Come riassume brevemente nell’introduzione all’Annale, la storiografia dei consumi prende l’avvio in qualche modo dalla caduta di un pregiudizio «negativo e senza sfumature». La condanna dei consumi (generati da «manipolazione e illusione», che «costituivano una nuova forma di oppressione ben più sottile e pericolosa di quelle precedenti») trovarono eco in Italia in intellettuali come Pasolini. In che modo queste posizioni sono oggi superate? Come è possibile conciliare una postura critica verso le logiche consumistiche, e al contempo imparare dai consumatori e le loro storie?

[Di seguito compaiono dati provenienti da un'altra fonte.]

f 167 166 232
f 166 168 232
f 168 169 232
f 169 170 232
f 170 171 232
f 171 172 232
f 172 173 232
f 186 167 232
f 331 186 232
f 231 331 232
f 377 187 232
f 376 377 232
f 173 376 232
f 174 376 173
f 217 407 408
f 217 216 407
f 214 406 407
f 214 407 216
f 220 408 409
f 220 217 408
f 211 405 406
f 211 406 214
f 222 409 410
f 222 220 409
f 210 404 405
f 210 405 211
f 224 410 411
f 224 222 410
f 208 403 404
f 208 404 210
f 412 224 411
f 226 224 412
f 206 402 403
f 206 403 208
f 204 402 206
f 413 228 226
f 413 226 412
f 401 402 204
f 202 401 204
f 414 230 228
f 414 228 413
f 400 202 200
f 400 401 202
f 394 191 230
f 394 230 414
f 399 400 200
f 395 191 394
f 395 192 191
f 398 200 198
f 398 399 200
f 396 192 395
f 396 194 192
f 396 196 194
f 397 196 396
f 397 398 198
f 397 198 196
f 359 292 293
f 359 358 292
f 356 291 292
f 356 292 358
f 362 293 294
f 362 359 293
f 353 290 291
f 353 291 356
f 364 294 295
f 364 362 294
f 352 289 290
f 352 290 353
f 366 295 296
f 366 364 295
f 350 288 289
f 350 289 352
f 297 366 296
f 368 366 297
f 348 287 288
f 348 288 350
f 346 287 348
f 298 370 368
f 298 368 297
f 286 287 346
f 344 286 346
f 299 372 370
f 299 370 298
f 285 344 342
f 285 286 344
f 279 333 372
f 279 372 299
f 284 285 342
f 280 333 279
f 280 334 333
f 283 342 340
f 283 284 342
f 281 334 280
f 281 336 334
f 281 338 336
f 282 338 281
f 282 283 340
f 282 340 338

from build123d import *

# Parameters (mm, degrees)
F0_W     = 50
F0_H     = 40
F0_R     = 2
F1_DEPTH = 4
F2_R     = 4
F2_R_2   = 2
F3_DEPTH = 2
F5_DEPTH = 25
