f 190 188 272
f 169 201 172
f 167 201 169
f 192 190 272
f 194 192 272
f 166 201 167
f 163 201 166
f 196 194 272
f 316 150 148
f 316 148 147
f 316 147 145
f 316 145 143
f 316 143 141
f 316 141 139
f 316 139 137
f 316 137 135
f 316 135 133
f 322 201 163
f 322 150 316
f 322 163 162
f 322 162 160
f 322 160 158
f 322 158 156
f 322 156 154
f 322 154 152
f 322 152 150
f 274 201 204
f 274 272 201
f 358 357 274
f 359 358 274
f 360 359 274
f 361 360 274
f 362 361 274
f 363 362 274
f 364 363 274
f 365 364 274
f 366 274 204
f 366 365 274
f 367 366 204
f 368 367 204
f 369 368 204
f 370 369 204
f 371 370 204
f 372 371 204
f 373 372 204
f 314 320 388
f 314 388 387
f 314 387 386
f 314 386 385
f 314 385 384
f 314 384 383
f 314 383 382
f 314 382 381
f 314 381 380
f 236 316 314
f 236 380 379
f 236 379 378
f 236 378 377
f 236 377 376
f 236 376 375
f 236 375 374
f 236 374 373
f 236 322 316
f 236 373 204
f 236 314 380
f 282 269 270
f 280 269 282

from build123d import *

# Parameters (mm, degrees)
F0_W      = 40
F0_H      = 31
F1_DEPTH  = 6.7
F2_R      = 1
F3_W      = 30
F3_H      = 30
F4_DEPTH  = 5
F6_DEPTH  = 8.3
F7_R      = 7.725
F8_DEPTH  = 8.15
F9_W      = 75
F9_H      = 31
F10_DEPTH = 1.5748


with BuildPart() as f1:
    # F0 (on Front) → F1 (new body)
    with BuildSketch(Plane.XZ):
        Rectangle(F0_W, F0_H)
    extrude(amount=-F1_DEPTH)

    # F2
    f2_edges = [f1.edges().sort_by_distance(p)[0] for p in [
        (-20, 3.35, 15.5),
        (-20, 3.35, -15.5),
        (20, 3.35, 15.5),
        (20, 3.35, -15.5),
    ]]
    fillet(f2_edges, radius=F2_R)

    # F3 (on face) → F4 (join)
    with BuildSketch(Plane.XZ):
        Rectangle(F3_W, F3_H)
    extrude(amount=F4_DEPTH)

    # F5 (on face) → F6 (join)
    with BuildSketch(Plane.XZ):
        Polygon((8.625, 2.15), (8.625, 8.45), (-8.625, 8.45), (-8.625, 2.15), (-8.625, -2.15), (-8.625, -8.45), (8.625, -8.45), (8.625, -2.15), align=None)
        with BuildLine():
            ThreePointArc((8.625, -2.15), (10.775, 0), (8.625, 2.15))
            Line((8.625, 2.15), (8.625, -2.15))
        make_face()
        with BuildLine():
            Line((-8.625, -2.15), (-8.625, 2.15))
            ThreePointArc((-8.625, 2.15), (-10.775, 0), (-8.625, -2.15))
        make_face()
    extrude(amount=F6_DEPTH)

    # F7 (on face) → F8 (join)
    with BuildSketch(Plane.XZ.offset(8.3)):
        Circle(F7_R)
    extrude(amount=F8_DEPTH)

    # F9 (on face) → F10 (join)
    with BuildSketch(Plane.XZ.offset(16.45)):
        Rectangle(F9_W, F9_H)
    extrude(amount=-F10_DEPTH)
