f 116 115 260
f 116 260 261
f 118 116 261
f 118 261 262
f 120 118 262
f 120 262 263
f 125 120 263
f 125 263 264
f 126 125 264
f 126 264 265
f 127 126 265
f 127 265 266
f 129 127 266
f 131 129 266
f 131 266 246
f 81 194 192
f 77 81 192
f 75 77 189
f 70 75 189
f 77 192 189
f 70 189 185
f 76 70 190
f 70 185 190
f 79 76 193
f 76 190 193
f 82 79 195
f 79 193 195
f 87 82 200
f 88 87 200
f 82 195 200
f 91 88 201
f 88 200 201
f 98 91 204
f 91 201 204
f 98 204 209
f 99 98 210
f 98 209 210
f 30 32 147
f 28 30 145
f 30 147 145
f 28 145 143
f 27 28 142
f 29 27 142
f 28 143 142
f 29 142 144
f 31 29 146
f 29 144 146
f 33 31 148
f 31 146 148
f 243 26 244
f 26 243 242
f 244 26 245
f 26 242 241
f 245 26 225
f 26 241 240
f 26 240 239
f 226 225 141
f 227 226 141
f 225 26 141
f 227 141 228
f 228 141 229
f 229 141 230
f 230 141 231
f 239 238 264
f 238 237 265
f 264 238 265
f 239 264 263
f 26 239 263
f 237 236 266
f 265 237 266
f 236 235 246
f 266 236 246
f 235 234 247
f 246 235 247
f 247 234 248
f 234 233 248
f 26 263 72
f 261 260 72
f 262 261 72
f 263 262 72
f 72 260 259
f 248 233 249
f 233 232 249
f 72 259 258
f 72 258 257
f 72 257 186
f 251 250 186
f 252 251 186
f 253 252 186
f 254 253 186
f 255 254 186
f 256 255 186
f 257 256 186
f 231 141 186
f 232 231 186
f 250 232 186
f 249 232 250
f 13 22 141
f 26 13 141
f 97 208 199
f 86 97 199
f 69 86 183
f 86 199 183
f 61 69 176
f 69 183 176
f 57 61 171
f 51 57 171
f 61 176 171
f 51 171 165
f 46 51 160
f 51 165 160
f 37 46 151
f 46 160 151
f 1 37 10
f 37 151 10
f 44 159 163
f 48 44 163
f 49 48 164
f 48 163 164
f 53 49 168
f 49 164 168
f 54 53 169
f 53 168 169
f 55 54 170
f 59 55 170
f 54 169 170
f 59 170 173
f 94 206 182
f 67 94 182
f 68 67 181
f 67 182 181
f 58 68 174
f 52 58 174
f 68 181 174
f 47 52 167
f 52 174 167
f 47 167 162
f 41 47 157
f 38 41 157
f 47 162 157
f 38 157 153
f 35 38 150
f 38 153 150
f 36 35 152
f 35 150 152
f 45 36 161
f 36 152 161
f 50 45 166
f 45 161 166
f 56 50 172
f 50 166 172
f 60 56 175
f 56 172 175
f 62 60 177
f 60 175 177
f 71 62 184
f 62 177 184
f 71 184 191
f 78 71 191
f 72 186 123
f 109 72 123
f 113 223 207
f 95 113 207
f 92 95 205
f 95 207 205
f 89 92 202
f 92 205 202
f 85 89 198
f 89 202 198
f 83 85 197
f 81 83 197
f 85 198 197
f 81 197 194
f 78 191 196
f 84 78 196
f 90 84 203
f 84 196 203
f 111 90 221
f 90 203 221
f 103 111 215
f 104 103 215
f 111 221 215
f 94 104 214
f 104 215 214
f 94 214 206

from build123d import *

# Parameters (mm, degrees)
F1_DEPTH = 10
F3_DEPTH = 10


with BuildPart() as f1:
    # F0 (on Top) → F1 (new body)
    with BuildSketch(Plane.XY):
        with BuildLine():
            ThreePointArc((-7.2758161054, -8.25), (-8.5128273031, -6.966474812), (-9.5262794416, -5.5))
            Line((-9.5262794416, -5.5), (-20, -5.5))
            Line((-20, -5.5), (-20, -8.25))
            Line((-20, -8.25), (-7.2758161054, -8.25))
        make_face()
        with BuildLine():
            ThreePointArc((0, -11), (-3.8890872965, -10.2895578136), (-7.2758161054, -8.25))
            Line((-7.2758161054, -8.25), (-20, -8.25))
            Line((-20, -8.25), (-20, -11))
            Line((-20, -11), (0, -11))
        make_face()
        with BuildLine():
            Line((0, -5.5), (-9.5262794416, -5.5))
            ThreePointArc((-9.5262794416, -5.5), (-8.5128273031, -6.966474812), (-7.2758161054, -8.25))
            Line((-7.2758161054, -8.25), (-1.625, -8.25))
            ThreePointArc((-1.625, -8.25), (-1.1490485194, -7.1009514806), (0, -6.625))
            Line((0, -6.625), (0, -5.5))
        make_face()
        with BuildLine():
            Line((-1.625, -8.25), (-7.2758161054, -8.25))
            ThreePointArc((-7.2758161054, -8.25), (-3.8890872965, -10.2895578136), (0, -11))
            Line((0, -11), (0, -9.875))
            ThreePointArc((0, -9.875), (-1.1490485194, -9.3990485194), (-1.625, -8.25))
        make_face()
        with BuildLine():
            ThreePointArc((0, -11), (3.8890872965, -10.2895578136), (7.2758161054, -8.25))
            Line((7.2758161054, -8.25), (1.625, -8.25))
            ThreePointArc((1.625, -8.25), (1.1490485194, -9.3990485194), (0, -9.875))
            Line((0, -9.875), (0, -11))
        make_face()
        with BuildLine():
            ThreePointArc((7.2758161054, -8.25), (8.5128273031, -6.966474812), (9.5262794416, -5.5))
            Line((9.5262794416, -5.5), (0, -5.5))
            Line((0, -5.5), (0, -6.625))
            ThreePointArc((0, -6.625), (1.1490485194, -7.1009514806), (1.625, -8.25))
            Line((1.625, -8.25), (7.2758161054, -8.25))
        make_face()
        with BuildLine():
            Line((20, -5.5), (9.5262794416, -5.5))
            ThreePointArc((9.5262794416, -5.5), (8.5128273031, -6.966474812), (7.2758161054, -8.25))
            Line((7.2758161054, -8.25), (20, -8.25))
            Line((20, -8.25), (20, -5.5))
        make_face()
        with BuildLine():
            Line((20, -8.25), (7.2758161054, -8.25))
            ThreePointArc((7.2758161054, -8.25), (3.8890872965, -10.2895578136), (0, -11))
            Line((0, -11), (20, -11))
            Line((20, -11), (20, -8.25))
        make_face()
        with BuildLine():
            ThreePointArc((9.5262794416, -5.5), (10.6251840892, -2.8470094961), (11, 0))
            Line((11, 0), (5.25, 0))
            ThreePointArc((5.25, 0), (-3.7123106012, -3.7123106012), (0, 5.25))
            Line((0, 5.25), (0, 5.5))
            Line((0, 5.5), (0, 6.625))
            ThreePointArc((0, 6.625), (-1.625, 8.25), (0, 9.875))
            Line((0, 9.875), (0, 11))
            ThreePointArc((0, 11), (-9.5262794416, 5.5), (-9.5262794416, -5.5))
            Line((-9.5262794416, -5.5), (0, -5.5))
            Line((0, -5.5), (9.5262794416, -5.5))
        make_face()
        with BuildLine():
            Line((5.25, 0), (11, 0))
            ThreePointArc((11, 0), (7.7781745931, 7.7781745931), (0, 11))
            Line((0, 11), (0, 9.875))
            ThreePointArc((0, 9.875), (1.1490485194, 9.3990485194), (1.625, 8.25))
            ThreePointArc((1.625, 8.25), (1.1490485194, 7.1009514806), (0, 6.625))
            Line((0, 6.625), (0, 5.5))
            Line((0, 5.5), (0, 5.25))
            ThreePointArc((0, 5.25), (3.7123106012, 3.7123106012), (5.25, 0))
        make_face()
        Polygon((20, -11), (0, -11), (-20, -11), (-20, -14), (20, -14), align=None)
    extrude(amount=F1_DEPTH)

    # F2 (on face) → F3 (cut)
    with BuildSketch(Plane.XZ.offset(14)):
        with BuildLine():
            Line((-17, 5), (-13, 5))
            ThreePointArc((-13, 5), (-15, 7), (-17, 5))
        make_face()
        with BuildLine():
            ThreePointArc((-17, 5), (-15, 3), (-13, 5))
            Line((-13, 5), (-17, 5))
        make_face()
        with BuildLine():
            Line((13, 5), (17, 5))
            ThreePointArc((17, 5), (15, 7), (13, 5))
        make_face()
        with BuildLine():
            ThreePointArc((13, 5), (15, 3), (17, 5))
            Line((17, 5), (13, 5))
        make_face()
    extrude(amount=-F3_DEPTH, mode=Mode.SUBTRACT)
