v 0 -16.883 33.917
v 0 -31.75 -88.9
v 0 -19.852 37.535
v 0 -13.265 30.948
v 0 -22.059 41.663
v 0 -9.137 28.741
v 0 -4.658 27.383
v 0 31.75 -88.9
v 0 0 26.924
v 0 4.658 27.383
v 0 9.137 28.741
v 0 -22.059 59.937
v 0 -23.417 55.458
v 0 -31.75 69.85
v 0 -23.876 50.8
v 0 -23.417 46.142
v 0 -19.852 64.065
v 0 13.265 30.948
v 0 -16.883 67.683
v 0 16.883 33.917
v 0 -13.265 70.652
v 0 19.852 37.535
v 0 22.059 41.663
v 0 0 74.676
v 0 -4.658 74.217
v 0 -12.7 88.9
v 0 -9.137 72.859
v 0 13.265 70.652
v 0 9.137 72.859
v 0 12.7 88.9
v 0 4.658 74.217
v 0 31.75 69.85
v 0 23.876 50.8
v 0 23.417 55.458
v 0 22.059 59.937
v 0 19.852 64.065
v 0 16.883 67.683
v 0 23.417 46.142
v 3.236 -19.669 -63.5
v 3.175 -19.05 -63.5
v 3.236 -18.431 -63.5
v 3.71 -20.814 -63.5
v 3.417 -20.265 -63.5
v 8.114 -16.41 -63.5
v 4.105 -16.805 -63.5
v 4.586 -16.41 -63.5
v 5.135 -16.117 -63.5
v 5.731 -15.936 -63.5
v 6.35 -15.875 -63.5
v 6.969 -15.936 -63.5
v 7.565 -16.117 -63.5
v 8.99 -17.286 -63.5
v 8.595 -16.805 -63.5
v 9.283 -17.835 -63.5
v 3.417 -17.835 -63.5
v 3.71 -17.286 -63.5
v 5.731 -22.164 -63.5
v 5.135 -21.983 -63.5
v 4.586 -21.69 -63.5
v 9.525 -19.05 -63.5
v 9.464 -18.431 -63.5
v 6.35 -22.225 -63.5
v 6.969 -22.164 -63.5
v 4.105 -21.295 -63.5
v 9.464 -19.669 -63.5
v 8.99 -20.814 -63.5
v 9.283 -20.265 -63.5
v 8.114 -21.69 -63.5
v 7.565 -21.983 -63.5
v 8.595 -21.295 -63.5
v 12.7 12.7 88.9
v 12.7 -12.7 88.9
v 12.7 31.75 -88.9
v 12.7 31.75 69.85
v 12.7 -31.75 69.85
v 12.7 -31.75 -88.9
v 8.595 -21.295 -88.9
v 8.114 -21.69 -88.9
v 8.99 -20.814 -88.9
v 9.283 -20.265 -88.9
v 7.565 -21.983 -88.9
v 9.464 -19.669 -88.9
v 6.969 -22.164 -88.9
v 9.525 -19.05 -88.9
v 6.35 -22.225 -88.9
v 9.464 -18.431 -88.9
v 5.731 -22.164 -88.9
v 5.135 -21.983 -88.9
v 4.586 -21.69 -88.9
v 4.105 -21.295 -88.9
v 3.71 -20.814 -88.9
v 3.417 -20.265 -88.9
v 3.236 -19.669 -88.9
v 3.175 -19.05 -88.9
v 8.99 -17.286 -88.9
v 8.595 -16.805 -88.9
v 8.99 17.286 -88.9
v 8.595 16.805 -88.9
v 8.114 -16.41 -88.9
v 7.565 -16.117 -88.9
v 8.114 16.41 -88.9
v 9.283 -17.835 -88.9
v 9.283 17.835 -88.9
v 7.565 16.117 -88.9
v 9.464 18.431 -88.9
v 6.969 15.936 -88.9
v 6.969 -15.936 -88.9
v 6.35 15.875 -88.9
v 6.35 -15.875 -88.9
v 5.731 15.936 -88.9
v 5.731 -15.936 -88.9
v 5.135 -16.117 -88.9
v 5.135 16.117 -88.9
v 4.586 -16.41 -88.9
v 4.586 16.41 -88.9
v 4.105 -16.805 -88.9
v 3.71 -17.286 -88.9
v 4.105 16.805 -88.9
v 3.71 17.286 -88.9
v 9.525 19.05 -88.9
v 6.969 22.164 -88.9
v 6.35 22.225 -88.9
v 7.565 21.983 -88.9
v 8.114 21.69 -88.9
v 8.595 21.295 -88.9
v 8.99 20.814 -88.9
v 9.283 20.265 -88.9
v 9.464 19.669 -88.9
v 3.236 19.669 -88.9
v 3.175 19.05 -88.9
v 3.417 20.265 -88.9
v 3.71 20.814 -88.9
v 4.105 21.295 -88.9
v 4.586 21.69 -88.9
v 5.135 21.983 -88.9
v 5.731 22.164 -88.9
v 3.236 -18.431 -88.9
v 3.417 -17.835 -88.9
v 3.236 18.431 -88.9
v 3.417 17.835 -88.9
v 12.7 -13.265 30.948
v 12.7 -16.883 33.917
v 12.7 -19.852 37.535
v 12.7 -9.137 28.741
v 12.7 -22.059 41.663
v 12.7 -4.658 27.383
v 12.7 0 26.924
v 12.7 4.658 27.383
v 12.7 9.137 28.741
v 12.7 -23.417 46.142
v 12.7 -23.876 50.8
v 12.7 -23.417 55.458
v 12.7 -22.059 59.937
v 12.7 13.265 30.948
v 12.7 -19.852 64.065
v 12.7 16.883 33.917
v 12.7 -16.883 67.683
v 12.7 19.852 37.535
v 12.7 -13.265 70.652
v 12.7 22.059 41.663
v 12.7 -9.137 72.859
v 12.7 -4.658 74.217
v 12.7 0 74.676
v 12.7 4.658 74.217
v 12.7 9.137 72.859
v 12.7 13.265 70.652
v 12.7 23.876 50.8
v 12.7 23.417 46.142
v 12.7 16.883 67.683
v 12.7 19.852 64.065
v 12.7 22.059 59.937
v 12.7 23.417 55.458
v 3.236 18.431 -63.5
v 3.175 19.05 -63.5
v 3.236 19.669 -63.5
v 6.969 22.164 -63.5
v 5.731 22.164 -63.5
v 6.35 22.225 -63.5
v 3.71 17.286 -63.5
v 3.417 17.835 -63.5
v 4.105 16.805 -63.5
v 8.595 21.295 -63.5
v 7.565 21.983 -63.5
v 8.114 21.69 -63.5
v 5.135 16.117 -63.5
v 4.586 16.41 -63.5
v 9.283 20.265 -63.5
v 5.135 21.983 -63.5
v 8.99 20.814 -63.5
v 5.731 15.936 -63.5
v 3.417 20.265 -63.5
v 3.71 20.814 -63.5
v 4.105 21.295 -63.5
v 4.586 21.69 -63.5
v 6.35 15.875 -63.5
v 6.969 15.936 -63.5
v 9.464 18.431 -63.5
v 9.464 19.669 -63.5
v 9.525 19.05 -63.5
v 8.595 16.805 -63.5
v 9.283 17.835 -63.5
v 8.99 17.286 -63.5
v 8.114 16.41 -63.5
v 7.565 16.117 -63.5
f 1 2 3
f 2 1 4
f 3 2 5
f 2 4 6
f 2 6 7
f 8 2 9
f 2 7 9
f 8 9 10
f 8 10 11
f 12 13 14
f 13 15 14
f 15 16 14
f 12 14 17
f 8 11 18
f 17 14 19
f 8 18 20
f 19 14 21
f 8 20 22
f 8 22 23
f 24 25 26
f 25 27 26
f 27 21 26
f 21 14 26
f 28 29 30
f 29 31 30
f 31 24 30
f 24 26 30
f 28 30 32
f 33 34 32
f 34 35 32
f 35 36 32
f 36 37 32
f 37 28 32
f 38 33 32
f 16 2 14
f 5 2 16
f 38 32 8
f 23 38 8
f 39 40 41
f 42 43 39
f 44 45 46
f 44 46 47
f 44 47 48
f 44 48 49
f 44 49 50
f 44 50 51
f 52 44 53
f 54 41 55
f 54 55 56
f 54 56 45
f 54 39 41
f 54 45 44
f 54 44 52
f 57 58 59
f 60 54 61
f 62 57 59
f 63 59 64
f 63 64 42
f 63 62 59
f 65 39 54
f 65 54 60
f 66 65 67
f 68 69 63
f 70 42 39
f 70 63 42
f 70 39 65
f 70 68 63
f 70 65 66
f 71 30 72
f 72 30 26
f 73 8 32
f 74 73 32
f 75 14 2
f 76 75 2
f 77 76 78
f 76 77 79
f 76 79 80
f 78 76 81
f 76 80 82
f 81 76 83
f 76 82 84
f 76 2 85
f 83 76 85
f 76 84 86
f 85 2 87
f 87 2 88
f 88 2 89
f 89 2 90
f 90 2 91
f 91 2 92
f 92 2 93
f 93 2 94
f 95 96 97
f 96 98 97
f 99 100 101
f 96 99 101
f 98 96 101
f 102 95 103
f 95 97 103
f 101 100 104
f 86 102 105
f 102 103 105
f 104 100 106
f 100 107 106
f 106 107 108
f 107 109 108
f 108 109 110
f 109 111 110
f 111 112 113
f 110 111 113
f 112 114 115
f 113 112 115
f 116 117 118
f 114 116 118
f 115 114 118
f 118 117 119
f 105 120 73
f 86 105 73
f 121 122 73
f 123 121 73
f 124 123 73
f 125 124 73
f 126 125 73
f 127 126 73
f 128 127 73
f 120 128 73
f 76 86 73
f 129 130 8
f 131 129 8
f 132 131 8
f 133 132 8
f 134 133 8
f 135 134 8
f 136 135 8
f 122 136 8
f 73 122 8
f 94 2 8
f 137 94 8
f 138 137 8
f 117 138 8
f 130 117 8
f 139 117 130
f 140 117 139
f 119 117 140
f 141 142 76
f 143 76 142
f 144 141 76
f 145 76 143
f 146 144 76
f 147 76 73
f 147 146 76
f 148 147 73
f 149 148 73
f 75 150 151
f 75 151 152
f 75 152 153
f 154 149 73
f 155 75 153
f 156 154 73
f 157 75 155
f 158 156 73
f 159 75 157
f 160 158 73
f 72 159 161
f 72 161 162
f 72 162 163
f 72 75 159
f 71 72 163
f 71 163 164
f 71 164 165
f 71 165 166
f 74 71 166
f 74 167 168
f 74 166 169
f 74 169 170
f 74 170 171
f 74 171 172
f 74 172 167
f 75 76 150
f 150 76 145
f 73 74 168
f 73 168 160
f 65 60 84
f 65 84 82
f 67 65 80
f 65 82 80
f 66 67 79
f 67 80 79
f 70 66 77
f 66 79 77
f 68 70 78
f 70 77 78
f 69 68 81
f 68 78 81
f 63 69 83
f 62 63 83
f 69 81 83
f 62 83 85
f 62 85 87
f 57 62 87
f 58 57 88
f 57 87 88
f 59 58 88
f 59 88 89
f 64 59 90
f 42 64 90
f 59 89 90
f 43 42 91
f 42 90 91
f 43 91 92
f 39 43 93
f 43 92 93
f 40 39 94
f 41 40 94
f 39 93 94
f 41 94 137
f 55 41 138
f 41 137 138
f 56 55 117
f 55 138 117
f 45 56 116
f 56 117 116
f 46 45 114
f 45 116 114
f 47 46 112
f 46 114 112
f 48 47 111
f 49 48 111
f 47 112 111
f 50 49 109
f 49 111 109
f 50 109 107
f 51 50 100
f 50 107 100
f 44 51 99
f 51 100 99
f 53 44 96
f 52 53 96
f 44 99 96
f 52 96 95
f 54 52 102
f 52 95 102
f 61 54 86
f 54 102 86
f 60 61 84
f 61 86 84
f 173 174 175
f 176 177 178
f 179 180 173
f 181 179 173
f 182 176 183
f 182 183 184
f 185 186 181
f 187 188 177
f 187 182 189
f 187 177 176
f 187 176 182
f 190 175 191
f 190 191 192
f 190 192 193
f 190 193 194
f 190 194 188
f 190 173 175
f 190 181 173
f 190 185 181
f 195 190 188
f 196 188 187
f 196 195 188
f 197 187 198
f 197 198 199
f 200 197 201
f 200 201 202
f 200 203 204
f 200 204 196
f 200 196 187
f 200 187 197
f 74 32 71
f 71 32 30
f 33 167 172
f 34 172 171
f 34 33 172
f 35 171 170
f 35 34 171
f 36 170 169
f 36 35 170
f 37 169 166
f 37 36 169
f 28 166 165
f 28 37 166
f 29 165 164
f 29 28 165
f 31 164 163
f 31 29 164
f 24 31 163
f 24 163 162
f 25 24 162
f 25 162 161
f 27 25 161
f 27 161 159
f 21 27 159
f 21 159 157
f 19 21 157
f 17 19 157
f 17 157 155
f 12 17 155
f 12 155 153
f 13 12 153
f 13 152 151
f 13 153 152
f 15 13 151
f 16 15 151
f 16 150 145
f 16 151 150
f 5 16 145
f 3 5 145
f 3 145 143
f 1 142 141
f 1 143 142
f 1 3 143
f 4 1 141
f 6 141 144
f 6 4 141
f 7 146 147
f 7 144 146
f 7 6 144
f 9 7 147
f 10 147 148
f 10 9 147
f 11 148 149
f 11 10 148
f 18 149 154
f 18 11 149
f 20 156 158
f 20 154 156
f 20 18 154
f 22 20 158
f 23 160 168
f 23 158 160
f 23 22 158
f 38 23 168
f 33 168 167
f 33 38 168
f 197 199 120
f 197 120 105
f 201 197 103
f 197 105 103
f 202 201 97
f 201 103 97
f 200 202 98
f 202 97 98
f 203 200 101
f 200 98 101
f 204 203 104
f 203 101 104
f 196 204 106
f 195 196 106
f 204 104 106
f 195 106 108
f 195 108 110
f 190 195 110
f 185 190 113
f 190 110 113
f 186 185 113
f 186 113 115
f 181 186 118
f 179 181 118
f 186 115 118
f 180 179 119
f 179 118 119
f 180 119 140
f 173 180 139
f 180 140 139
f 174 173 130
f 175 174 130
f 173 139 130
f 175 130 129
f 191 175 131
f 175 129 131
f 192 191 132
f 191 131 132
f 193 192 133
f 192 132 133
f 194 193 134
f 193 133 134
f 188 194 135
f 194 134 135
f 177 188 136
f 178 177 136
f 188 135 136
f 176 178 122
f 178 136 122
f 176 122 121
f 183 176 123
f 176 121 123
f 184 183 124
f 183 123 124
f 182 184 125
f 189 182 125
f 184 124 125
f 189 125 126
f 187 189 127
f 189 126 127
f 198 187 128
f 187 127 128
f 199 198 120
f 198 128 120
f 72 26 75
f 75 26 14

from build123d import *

# Parameters (mm, degrees)
F1_DEPTH = 12.7
F2_R     = 23.876
F3_DEPTH = 12.701
F4_R     = 3.175
F5_DEPTH = 25.4


with BuildPart() as f1:
    # F0 (on Right) → F1 (new body)
    with BuildSketch(Plane.YZ):
        Polygon((12.7, 88.9), (0, 88.9), (-12.7, 88.9), (-31.75, 69.85), (-31.75, -88.9), (0, -88.9), (31.75, -88.9), (31.75, 69.85), align=None)
    extrude(amount=F1_DEPTH)

    # F2 (on Right) → F3 (cut, through all)
    with BuildSketch(Plane.YZ):
        with Locations((0, 50.8)):
            Circle(F2_R)
    extrude(amount=F3_DEPTH, mode=Mode.SUBTRACT)

    # F4 (on face) → F5 (cut)
    with BuildSketch(Plane(origin=(0, 0, -88.9), x_dir=(1, 0, 0), z_dir=(0, 0, -1))):
        with Locations((6.35, 19.05)):
            Circle(F4_R)
        with Locations((6.35, -19.05)):
            Circle(F4_R)
    extrude(amount=-F5_DEPTH, mode=Mode.SUBTRACT)


solid = f1.part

Dal punto di vista della politica e degli intellettuali, la rivoluzione dei consumi fu all’inizio un fenomeno del tutto negativo, espressione del capitalismo monopolistico internazionale in grado di manipolare sottilmente i bisogni degli ignari cittadini. Questa posizione, sintetizzata dai teorici della scuola di Francoforte, intendeva contrapporsi al trionfalismo dei teorici del «sogno americano», con la loro promessa di benessere e felicità per tutti. In realtà, a partire dagli anni Sessanta, iniziarono i primi studi sul campo riguardo agli effetti pratici dei consumi, e la situazione in parte mutò. Fu soprattutto la Gran Bretagna attraversata dalle rivolte giovanili e da movimenti come i Mod, i Rockers e vari altri, a interrogarsi sul significato profondo dei consumi. I Cultural Studies, inaugurati da Raymond Williams e Richard Hoggart, cominciarono a rivalutare gli effetti dei consumi, studiando situazioni marginali: prima i proletari inglesi e poi i gruppi giovanili, osservando come questi fossero tutt’altro che «vittime» dei consumi ma li interpretassero invece attraverso le lenti della loro cultura e dei loro bisogni. In altre parole, per la prima volta i consumatori non furono visti come soggetti passivi facilmente manipolabili dalla politica o delle grandi multinazionali, ma come soggetti attivi, in grado di interpretare e piegare, a seconda delle proprie necessità, varie forme di consumo, utilizzando anche queste pratiche per creare una loro specifica identità. Studiosi come Michel De Certeau analizzarono nel concreto questi fenomeni, suggerendo che alle grandi «strategie», pensate dalle istituzioni per ordinare e controllare la vita sociale, i consumatori oppongano proprie «tattiche» come forma di resistenza o anche di creatività sociale nell’ambito della vita quotidiana. La lezione che viene da questi studi è che i consumi, nella loro centralità nella società odierna, non debbano essere considerati pregiudizialmente né come aspetti negativi né come aspetti positivi, ma devono essere valutati nel contesto e nel significato che assumono di volta in volta, considerata la loro flessibilità e adattabilità.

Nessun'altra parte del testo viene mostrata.